**WHAT THE TASK REQUIRES:**
What do the lines from the top of the data through the line with "e13 v12 v13 LINE" say? Quote them exactly and include both ends.

**TASK MATERIAL:**
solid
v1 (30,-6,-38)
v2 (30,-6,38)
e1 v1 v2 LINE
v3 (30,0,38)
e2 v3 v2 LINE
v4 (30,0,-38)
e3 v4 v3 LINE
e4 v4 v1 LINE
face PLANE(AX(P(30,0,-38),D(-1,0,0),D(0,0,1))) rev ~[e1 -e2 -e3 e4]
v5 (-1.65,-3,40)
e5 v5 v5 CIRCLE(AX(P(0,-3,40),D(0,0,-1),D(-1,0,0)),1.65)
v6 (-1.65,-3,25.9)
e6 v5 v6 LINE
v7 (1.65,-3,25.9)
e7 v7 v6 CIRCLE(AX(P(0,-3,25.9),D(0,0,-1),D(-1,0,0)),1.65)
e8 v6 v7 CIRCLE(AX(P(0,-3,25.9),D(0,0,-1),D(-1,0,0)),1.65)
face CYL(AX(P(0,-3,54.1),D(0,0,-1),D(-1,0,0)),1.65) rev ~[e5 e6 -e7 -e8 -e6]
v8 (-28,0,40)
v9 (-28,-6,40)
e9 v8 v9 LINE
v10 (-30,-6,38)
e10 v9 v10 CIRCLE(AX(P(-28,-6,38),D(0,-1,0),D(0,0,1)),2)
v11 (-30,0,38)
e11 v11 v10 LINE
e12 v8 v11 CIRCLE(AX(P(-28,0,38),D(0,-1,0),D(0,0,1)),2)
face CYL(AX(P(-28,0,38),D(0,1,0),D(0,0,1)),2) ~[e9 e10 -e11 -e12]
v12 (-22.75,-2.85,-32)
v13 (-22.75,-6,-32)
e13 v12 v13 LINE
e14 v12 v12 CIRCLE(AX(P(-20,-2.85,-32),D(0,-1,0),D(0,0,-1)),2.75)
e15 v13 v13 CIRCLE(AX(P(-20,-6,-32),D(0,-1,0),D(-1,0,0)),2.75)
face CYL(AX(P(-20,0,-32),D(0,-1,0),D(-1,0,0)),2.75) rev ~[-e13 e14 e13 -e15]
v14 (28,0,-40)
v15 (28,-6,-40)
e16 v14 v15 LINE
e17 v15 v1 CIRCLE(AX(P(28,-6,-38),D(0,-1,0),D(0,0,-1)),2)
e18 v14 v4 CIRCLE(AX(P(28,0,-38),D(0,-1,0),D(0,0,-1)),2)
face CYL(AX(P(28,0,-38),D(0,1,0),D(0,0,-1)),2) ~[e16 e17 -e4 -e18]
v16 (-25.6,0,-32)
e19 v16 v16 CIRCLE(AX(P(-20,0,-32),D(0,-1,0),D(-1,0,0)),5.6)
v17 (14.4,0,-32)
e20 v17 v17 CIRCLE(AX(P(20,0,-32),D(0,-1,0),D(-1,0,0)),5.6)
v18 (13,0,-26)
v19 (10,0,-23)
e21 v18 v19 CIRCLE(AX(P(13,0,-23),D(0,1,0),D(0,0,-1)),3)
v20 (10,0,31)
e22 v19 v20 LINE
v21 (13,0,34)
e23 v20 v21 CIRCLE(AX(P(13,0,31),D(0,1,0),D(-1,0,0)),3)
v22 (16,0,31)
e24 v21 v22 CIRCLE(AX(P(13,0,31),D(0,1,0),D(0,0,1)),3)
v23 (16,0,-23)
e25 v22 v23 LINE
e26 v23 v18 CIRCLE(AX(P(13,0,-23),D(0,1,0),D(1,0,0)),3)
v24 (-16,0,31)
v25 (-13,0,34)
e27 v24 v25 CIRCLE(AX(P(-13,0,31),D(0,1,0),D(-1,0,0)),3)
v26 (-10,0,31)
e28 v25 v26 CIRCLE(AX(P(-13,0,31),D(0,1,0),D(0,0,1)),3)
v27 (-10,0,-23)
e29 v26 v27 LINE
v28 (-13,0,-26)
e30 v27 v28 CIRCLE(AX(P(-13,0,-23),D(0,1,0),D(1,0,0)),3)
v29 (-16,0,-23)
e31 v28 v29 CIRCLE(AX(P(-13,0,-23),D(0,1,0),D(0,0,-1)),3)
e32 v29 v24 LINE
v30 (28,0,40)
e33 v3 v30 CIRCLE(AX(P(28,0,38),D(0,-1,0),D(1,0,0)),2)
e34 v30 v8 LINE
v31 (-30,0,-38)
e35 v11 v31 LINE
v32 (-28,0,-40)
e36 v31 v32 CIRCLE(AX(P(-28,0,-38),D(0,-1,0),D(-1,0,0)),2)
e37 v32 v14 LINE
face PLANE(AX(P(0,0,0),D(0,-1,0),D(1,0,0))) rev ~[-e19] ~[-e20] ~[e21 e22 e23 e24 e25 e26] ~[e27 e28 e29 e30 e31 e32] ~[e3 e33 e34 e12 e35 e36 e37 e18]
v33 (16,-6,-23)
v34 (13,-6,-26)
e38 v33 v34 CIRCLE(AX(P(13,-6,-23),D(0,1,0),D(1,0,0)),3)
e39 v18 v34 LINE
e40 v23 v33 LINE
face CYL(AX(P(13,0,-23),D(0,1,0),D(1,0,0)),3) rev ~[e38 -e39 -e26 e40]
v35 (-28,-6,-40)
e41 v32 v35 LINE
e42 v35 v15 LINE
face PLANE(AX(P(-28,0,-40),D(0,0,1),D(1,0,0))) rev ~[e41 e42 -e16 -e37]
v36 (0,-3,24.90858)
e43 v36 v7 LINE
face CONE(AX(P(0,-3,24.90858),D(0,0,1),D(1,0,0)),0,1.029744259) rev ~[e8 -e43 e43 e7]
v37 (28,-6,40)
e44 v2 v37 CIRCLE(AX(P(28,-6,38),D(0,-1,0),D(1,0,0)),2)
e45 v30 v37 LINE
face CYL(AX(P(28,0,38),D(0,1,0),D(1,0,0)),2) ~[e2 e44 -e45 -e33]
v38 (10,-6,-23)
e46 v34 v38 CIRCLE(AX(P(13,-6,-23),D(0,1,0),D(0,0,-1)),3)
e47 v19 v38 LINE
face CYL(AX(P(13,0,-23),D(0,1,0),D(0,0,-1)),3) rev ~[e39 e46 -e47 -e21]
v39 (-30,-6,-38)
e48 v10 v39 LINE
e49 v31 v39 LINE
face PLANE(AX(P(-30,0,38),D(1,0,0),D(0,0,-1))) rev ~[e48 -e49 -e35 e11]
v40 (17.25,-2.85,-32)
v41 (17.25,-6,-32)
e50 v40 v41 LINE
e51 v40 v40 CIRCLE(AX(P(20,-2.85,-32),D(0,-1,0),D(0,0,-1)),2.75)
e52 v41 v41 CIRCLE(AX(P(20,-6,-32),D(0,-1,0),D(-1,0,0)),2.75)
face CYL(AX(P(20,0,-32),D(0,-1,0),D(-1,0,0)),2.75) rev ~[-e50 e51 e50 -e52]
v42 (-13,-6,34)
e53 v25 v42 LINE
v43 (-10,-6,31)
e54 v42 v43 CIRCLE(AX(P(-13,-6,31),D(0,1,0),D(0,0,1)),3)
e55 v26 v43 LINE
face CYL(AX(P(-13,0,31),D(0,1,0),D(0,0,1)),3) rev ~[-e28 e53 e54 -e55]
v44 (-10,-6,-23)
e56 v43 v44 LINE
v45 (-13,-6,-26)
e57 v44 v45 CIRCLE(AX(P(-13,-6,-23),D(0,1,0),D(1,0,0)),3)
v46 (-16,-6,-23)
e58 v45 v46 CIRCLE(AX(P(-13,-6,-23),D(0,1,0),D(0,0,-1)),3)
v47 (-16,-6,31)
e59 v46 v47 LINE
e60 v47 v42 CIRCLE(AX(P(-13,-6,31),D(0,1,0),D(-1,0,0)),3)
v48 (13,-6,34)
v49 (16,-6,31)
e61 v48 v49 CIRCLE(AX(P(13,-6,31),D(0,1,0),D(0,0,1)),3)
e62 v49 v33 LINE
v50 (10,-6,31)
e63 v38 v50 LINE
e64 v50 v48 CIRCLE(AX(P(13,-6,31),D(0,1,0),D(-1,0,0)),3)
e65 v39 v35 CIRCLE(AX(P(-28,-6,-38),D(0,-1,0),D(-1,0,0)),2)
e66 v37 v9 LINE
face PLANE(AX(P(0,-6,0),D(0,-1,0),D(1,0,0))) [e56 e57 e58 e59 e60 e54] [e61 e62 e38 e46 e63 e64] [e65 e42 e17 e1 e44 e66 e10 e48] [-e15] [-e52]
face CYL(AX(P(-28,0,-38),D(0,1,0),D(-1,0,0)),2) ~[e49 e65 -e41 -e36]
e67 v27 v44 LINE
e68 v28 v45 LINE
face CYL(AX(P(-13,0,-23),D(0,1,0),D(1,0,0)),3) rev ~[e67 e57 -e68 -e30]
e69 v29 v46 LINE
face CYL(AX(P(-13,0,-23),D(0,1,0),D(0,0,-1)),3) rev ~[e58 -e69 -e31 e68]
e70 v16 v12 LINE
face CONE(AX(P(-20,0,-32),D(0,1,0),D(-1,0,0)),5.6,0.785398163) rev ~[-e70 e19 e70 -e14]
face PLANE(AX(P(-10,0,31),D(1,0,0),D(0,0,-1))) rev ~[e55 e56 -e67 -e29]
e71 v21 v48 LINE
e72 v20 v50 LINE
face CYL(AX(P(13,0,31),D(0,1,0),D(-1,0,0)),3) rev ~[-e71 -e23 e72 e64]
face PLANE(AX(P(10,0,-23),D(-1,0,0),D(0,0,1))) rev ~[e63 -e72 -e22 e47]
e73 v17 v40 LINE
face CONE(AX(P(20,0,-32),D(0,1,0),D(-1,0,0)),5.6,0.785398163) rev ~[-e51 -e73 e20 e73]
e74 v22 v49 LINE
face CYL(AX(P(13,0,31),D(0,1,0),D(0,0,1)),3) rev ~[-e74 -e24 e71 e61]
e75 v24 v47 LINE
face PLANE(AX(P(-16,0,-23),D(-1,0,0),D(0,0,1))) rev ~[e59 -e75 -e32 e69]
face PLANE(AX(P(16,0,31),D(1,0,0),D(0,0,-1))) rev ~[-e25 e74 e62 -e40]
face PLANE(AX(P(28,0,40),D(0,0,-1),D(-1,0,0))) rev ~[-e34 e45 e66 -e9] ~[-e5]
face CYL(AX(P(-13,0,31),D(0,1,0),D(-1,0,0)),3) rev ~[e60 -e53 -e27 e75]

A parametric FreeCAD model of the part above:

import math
import FreeCAD as App
import Part
import Sketcher
from FreeCAD import Vector
Q = App.Units.Quantity

doc = App.newDocument("Part")
body = doc.addObject("PartDesign::Body", "Body")

sketch1 = doc.addObject("Sketcher::SketchObject", "Sketch")
body.addObject(sketch1)
sketch1.AttachmentSupport = (doc.XZ_Plane, [""])
sketch1.MapMode = "FlatFace"
sketch1.addGeometry(Part.LineSegment(Vector(28, 40, 0), Vector(-28, 40, 0)), False)
sketch1.addGeometry(Part.ArcOfCircle(Part.Circle(Vector(-28, 38, 0), Vector(0, 0, 1), 2), math.radians(90), math.radians(180)), False)
sketch1.addGeometry(Part.LineSegment(Vector(-30, 38, 0), Vector(-30, -38, 0)), False)
sketch1.addGeometry(Part.ArcOfCircle(Part.Circle(Vector(-28, -38, 0), Vector(0, 0, 1), 2), math.radians(180), math.radians(270)), False)
sketch1.addGeometry(Part.LineSegment(Vector(-28, -40, 0), Vector(28, -40, 0)), False)
sketch1.addGeometry(Part.ArcOfCircle(Part.Circle(Vector(28, -38, 0), Vector(0, 0, 1), 2), math.radians(-90), math.radians(0)), False)
sketch1.addGeometry(Part.LineSegment(Vector(30, -38, 0), Vector(30, 38, 0)), False)
sketch1.addGeometry(Part.ArcOfCircle(Part.Circle(Vector(28, 38, 0), Vector(0, 0, 1), 2), math.radians(0), math.radians(90)), False)
sketch1.addGeometry(Part.ArcOfCircle(Part.Circle(Vector(-13, -23, 0), Vector(0, 0, 1), 3), math.radians(180), math.radians(270)), False)
sketch1.addGeometry(Part.LineSegment(Vector(-16, -23, 0), Vector(-16, 31, 0)), False)
sketch1.addGeometry(Part.ArcOfCircle(Part.Circle(Vector(-13, 31, 0), Vector(0, 0, 1), 3), math.radians(90), math.radians(180)), False)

**WRITTEN RESPONSE:**
solid
v1 (30,-6,-38)
v2 (30,-6,38)
e1 v1 v2 LINE
v3 (30,0,38)
e2 v3 v2 LINE
v4 (30,0,-38)
e3 v4 v3 LINE
e4 v4 v1 LINE
face PLANE(AX(P(30,0,-38),D(-1,0,0),D(0,0,1))) rev ~[e1 -e2 -e3 e4]
v5 (-1.65,-3,40)
e5 v5 v5 CIRCLE(AX(P(0,-3,40),D(0,0,-1),D(-1,0,0)),1.65)
v6 (-1.65,-3,25.9)
e6 v5 v6 LINE
v7 (1.65,-3,25.9)
e7 v7 v6 CIRCLE(AX(P(0,-3,25.9),D(0,0,-1),D(-1,0,0)),1.65)
e8 v6 v7 CIRCLE(AX(P(0,-3,25.9),D(0,0,-1),D(-1,0,0)),1.65)
face CYL(AX(P(0,-3,54.1),D(0,0,-1),D(-1,0,0)),1.65) rev ~[e5 e6 -e7 -e8 -e6]
v8 (-28,0,40)
v9 (-28,-6,40)
e9 v8 v9 LINE
v10 (-30,-6,38)
e10 v9 v10 CIRCLE(AX(P(-28,-6,38),D(0,-1,0),D(0,0,1)),2)
v11 (-30,0,38)
e11 v11 v10 LINE
e12 v8 v11 CIRCLE(AX(P(-28,0,38),D(0,-1,0),D(0,0,1)),2)
face CYL(AX(P(-28,0,38),D(0,1,0),D(0,0,1)),2) ~[e9 e10 -e11 -e12]
v12 (-22.75,-2.85,-32)
v13 (-22.75,-6,-32)
e13 v12 v13 LINE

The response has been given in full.